Die neue Härte

„Die neue Härte“ ist ein deutscher Independent-Film zwischen Komödie, Drama und surrealem Thriller. Der Film erzählt von Männern auf der Suche nach Orientierung, Stärke und Identität - irgendwo zwischen verletztem Ego, Freundschaft, Konkurrenz und dem Gefühl, in einer sich verändernden Welt keinen klaren Platz mehr zu finden.

Die Geschichte spielt größtenteils in einem abgelegenen Wald und entwickelt dabei eine fast traumartige Atmosphäre. Visuell verbindet „Die neue Härte“ natürliche Bilder mit stilisierten, teilweise surrealen Momenten und bewegt sich irgendwo zwischen modernem Arthouse-Kino, psychologischem Drama und düsterer Satire.

Produziert wurde der Film von den Berliner Produktionsfirmen Sinnflut Film und FilmingB. „Die neue Härte“ ist ein unabhängiges Filmprojekt mit eigener visueller Handschrift, das bewusst zwischen Genregrenzen, Atmosphäre und gesellschaftlicher Beobachtung wandert.

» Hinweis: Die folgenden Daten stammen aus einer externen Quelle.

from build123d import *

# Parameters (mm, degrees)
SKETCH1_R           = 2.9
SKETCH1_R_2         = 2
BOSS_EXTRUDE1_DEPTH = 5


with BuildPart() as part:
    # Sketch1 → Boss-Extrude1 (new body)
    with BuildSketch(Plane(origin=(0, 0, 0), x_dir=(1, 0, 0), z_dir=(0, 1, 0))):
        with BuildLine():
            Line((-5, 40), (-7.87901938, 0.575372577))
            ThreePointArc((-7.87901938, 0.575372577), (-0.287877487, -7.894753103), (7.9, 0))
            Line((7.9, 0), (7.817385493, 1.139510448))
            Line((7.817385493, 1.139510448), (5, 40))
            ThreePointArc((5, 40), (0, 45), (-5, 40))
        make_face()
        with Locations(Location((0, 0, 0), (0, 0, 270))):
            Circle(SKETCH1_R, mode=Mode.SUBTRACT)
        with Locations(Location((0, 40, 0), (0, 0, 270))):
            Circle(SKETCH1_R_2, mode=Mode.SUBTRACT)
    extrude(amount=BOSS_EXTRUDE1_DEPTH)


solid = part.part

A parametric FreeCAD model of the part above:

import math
import FreeCAD as App
import Part
import Sketcher
from FreeCAD import Vector
Q = App.Units.Quantity

doc = App.newDocument("Part")
params = doc.addObject("Spreadsheet::Sheet", "Params")
for row, (alias, value) in enumerate([
    ("sketch1_diameter", "4 mm"),
    ("sketch1_radius", "5 mm"),
    ("sketch1_diameter2", "5.8 mm"),
    ("sketch1_radius2", "7.9 mm"),
    ("pad1_length", "5 mm"),
], start=1):
    params.set(f"A{row}", alias)
    params.set(f"B{row}", "=" + value)
    params.setAlias(f"B{row}", alias)

body = doc.addObject("PartDesign::Body", "Body")

# Sketch on XZ plane
sketch1 = doc.addObject("Sketcher::SketchObject", "Sketch")
body.addObject(sketch1)
sketch1.AttachmentSupport = (doc.XZ_Plane, [""])
sketch1.MapMode = "FlatFace"
sketch1.addGeometry([
    Part.LineSegment(Vector(-5, -40, 0), Vector(-7.879019, -0.575373, 0)),  # 0
    Part.ArcOfCircle(Part.Circle(Vector(0, 0, 0), Vector(0, 0, 1), 7.9), math.radians(0), math.radians(184.176663)),  # 1
    Part.LineSegment(Vector(7.9, 0, 0), Vector(7.817385, -1.13951, 0)),  # 2
    Part.LineSegment(Vector(7.817385, -1.13951, 0), Vector(5, -40, 0)),  # 3
    Part.ArcOfCircle(Part.Circle(Vector(0, -40, 0), Vector(0, 0, 1), 5), math.radians(180), math.radians(360)),  # 4
    Part.Circle(Vector(0, 0, 0), Vector(0, 0, 1), 2.9),  # 5
    Part.Circle(Vector(0, -40, 0), Vector(0, 0, 1), 2),  # 6
], False)
sketch1.addConstraint([
    Sketcher.Constraint("Tangent", 0, 2, 1, 2),
    Sketcher.Constraint("Coincident", 1, 1, 2, 1),
    Sketcher.Constraint("Coincident", 2, 2, 3, 1),
    Sketcher.Constraint("Coincident", 3, 2, 4, 2),
    Sketcher.Constraint("Coincident", 4, 1, 0, 1),
    Sketcher.Constraint("Coincident", 1, 3, -1, 1),
    Sketcher.Constraint("Coincident", 5, 3, -1, 1),
    Sketcher.Constraint("Coincident", 6, 3, 4, 3),
    Sketcher.Constraint("Symmetric", 3, 2, 4, 1, -2),
    Sketcher.Constraint("PointOnObject", 1, 1, -1),
    Sketcher.Constraint("Parallel", 2, 3),
    Sketcher.Constraint("Horizontal", 6, 3, 3, 2),
    Sketcher.Constraint("Diameter", 6, Q("4 mm")),
    Sketcher.Constraint("Radius", 4, Q("5 mm")),
    Sketcher.Constraint("Diameter", 5, Q("5.8 mm")),
    Sketcher.Constraint("Radius", 1, Q("7.9 mm")),
    Sketcher.Constraint("DistanceY", 4, 3, -1, 1, Q("40 mm")),
    Sketcher.Constraint("Distance", 2, Q("1.142501 mm")),
])
sketch1.setExpression("Constraints[12]", "Params.sketch1_diameter")
sketch1.setExpression("Constraints[13]", "Params.sketch1_radius")
sketch1.setExpression("Constraints[14]", "Params.sketch1_diameter2")
sketch1.setExpression("Constraints[15]", "Params.sketch1_radius2")
pad1 = doc.addObject("PartDesign::Pad", "Pad")
body.addObject(pad1)
pad1.Profile = sketch1
pad1.setExpression("Length", "Params.pad1_length")
pad1.Reversed = True

doc.recompute()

Regisseur: Aaron J. J. Schmidt

Produktion: Erik Weise

Die neue Härte. Filmstills. Independent Film in Berlin. Neues Deutsches Kino. Ein Mann schaut schockiert auf eine Feuerexplosion hinter ihm, während eine Hand mit einem schwarzen Gegenstand in der oberen Hälfte des Bildes gezeigt wird.
Die neue Härte. Filmstills. Independent Film in Berlin. Neues Deutsches Kino. Film über Männlichkeit, Alpha Männer in Berlin, ein Ritual in einer heiligen Quelle.
Leerer, sandiger Bereich vor einem Wald mit hohen Tannenbäumen, bewölkter Himmel in Ahrensfelde. Drehorte. Locations in Berlin. Brandenburg. Filmdreh. Filmlocations.
Innenansicht einer kleinen, gemütlichen Küche mit einem Dachfenster, durch das grünes Laub zu sehen ist, und einem Schlafzimmer im Hintergrund. Drehlocation von "Die neue Härte". Kinofilm aus Berlin.
Ein Mann sitzt barfuß auf einem Gartenstuhl im Garten, Aaron J. J. Schmidt arbeitet an den Requisiten für den Film "Die neue Härte". Harmagedon. Stock von Harmagedon. Stab. Zauberer.

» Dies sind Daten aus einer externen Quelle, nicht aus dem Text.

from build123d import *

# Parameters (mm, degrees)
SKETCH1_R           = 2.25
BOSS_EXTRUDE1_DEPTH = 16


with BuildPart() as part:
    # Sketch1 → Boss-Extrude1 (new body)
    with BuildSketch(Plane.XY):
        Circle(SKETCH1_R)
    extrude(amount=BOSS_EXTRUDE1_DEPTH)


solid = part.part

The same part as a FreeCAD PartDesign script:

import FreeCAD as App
import Part
import Sketcher
from FreeCAD import Vector
Q = App.Units.Quantity

doc = App.newDocument("Part")
body = doc.addObject("PartDesign::Body", "Body")

sketch1 = body.newObject("Sketcher::SketchObject", "Sketch")
sketch1.AttachmentSupport = (doc.getObject("XY_Plane"), [""])
sketch1.MapMode = "FlatFace"
sketch1.addGeometry(Part.Circle(Vector(0, 0, 0), Vector(0, 0, 1), 2.2), False)
sketch1.addConstraint([
    Sketcher.Constraint("Coincident", 0, 3, -1, 1),
    Sketcher.Constraint("Diameter", 0, Q("4.5 mm")),
])
pad1 = body.newObject("PartDesign::Pad", "Pad")
pad1.Profile = sketch1
pad1.Length = 16

doc.recompute()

Dreh unter erschwerten Bedingungen

Die Produktion von fand unter teils schwierigen Bedingungen statt. Besonders die stark wechselnden Wetterverhältnisse hatten immer wieder Einfluss auf den Drehplan und erforderten spontane Anpassungen während der Produktion. Zusätzlich zwang das schnell wachsende Schilf rund um den See die Produktion mehrfach dazu, Szenen kurzfristig umzuplanen oder neu zu denken.

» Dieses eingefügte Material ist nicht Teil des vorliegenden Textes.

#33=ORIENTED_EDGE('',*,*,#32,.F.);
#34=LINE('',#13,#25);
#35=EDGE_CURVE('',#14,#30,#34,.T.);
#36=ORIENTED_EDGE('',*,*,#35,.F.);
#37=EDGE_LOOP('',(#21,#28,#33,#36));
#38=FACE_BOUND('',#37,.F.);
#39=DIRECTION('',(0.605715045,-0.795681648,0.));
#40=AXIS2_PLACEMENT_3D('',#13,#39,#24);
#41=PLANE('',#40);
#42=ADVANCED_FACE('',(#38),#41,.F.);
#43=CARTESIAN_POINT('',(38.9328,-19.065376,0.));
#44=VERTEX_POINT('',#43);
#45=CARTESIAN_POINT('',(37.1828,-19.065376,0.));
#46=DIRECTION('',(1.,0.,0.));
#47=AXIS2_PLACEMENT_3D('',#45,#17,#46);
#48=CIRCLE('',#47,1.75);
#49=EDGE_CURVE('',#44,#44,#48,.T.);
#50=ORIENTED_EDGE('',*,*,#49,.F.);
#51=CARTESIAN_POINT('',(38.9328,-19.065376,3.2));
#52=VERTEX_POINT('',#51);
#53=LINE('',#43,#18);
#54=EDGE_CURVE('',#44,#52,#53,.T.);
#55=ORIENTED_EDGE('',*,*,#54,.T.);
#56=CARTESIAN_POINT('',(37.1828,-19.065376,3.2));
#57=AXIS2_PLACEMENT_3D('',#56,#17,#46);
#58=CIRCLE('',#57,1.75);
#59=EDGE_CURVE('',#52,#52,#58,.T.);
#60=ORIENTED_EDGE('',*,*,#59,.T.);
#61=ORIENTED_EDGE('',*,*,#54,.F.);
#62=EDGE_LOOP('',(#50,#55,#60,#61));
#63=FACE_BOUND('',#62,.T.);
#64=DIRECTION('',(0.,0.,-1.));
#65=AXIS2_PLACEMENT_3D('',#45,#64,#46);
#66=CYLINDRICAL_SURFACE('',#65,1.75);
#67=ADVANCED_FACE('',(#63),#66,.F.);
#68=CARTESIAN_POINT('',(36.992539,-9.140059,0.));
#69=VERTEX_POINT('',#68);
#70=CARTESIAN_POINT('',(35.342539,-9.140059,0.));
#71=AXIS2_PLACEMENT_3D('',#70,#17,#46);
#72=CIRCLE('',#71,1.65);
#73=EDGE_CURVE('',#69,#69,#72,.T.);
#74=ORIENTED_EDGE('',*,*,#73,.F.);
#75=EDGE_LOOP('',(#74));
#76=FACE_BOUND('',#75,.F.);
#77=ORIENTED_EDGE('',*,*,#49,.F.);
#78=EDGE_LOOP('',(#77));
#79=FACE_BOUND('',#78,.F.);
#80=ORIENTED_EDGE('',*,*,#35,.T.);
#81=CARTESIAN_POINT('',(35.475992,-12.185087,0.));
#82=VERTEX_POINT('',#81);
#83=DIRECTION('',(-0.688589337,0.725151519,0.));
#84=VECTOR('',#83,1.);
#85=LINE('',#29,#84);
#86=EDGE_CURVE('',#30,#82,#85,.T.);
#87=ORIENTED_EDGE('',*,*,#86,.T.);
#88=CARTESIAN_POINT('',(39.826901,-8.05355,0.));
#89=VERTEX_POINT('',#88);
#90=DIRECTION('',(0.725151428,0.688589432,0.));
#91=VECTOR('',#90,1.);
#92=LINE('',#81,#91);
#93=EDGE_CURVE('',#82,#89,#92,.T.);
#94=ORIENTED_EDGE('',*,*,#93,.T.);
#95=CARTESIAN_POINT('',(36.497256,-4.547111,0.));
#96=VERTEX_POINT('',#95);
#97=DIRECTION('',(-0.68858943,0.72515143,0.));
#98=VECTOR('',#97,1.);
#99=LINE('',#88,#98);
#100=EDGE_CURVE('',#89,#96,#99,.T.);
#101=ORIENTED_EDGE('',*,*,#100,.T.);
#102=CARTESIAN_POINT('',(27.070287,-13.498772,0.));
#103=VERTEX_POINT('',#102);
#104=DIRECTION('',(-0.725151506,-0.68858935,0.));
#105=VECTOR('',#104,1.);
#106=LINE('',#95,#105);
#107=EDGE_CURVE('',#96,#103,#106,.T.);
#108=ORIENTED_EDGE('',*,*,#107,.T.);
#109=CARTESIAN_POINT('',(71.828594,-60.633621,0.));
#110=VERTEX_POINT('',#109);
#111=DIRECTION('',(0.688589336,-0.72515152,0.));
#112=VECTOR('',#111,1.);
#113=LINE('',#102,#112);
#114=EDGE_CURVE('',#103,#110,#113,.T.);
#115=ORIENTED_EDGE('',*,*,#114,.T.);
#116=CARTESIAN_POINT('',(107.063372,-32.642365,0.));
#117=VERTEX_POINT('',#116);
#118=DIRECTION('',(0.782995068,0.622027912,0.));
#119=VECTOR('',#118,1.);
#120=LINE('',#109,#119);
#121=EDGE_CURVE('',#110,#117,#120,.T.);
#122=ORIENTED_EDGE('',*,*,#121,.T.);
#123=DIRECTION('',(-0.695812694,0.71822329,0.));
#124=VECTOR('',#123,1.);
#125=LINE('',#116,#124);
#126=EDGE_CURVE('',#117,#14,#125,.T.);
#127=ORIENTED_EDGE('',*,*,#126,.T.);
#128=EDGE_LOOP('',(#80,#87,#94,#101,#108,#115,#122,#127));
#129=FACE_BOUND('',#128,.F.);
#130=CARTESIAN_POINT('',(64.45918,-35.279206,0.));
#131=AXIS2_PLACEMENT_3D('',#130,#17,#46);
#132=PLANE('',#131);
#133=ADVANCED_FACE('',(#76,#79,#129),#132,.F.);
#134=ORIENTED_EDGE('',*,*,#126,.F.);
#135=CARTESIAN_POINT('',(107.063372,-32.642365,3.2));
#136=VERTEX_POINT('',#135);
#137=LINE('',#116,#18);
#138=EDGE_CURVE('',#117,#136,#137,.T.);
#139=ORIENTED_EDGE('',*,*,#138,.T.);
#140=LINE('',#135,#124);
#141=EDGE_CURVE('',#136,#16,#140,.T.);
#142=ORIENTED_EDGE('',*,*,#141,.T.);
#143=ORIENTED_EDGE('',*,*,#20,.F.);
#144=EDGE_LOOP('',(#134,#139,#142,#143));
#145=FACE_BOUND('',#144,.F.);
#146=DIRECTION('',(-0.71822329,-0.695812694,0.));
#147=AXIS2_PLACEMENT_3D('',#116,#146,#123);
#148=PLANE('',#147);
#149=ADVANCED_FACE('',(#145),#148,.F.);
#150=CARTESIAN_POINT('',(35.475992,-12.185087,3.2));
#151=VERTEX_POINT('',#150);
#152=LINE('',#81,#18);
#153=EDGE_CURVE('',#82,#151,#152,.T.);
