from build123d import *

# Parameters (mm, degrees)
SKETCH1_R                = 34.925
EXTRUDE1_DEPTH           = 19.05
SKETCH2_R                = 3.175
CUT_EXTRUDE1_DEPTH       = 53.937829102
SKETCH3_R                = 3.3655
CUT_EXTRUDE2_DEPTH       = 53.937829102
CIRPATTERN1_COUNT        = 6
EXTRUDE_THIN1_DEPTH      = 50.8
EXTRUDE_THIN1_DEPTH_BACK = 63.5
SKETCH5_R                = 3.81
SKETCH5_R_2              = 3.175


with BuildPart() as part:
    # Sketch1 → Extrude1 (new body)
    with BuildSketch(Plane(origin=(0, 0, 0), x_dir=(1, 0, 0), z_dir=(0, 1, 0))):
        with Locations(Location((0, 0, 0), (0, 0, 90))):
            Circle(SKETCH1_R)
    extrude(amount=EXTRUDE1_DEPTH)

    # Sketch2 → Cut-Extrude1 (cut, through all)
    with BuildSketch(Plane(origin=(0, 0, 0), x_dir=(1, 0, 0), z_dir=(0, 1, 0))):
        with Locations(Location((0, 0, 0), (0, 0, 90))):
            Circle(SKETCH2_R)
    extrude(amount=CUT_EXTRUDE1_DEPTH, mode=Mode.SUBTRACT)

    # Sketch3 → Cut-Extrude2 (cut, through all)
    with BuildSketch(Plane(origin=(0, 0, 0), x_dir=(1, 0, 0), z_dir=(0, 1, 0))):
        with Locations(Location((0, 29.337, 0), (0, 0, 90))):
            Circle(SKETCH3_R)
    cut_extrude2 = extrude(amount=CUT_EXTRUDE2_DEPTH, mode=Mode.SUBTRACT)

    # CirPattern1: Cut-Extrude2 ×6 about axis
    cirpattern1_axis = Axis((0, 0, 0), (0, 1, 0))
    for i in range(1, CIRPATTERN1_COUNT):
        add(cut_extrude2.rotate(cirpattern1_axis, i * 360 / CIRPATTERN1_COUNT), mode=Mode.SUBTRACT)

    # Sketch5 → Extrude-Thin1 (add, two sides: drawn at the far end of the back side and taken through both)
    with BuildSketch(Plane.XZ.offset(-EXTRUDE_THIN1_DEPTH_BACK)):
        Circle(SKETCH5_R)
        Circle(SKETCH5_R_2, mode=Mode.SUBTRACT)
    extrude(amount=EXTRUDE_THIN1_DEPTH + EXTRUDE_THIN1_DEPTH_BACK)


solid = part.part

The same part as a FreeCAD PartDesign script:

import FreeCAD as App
import Part
import Sketcher
from FreeCAD import Vector
Q = App.Units.Quantity

doc = App.newDocument("Part")
body = doc.addObject("PartDesign::Body", "Body")

sketch1 = body.newObject("Sketcher::SketchObject", "Sketch")
sketch1.AttachmentSupport = (doc.getObject("XZ_Plane"), [""])
sketch1.MapMode = "FlatFace"
sketch1.addGeometry(Part.Circle(Vector(0, 0, 0), Vector(0, 0, 1), 35), False)
sketch1.addConstraint(Sketcher.Constraint("Coincident", 0, 3, -1, 1))
sketch1.addConstraint(Sketcher.Constraint("Diameter", 0, Q("2.75 in")))
pad1 = body.newObject("PartDesign::Pad", "Pad")
pad1.Profile = sketch1
pad1.Length = Q("0.75 in")
pad1.Reversed = True

sketch2 = body.newObject("Sketcher::SketchObject", "Sketch001")
sketch2.AttachmentSupport = (doc.getObject("XZ_Plane"), [""])
sketch2.MapMode = "FlatFace"
sketch2.addGeometry(Part.Circle(Vector(0, 0, 0), Vector(0, 0, 1), 3.2), False)
sketch2.addConstraint(Sketcher.Constraint("Coincident", 0, 3, -1, 1))
sketch2.addConstraint(Sketcher.Constraint("Diameter", 0, Q("0.25 in")))
pocket1 = body.newObject("PartDesign::Pocket", "Pocket")
pocket1.Profile = sketch2
pocket1.Type = "ThroughAll"

sketch3 = body.newObject("Sketcher::SketchObject", "Sketch002")
sketch3.AttachmentSupport = (doc.getObject("XZ_Plane"), [""])
sketch3.MapMode = "FlatFace"
sketch3.addGeometry(Part.Circle(Vector(0, -29.3, 0), Vector(0, 0, 1), 3.4), False)
sketch3.addConstraint(Sketcher.Constraint("PointOnObject", 0, 3, -2))
sketch3.addConstraint(Sketcher.Constraint("Diameter", 0, Q("0.265 in")))
sketch3.addConstraint(Sketcher.Constraint("DistanceY", 0, 3, -1, 1, Q("1.155 in")))
pocket2 = body.newObject("PartDesign::Pocket", "Pocket001")
pocket2.Profile = sketch3
pocket2.Type = "ThroughAll"
doc.recompute()

polarpattern = body.newObject("PartDesign::PolarPattern", "PolarPattern")
polarpattern.Originals = [pocket2]
polarpattern.Axis = (doc.getObject("Y_Axis"), [""])
polarpattern.Angle = 360
polarpattern.Occurrences = 6
body.Tip = polarpattern

sketch4 = body.newObject("Sketcher::SketchObject", "Sketch003")
sketch4.AttachmentSupport = (doc.getObject("XZ_Plane"), [""])
sketch4.MapMode = "FlatFace"
sketch4.addGeometry(Part.Circle(Vector(0, 0, 0), Vector(0, 0, 1), 3.8), False)
sketch4.addGeometry(Part.Circle(Vector(0, 0, 0), Vector(0, 0, 1), 3.2), False)
sketch4.addConstraint(Sketcher.Constraint("Coincident", 0, 3, -1, 1))
sketch4.addConstraint(Sketcher.Constraint("Coincident", 1, 3, -1, 1))
sketch4.addConstraint(Sketcher.Constraint("Diameter", 0, Q("0.3 in")))
sketch4.addConstraint(Sketcher.Constraint("Diameter", 1, Q("0.25 in")))
pad2 = body.newObject("PartDesign::Pad", "Pad001")
pad2.Profile = sketch4
pad2.Type = "TwoLengths"
pad2.Length = Q("2 in")
pad2.Length2 = Q("2.5 in")

doc.recompute()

Gedreht wurde über zwei Sommer hinweg - zunächst im September und Oktober 2022 sowie anschließend im Juni 2023.

Filmposter. "Die neue Härte". Die neue Härte. Poster. Plakat. Logo. Aaron J. J. Schmidt, Erik Weise, Sinnflut Film, Filmproduktion, kreative Filmproduktionsfirma, junger Regisseur, Debut film, Regenwurm, Männlichkeit.
Filmset von "Die neue Härte". Filmproduktion in Berlin. Die neue Härte am Set mit Regisseur Aaron J. J. Schmidt. Independent Filmproduktion. Filmproducer. Filmproduzent in Berlin.

Vorproduktion

Für die Vorproduktion von „Die neue Härte“ wurden über mehrere Monate hinweg zahlreiche Wälder, Seen und abgelegene Orte in Berlin und Brandenburg gescoutet, um die besondere Atmosphäre des Films einzufangen. Wichtig war dabei vor allem die Balance zwischen wilder, natürlicher Umgebung und guter Zugänglichkeit nahe der Hauptstadt. Besonders die Gemeinde Ahrensfelde erwies sich während der Vorbereitung als äußerst offen und kooperativ und unterstützte das Projekt bei der Suche nach passenden Drehorten.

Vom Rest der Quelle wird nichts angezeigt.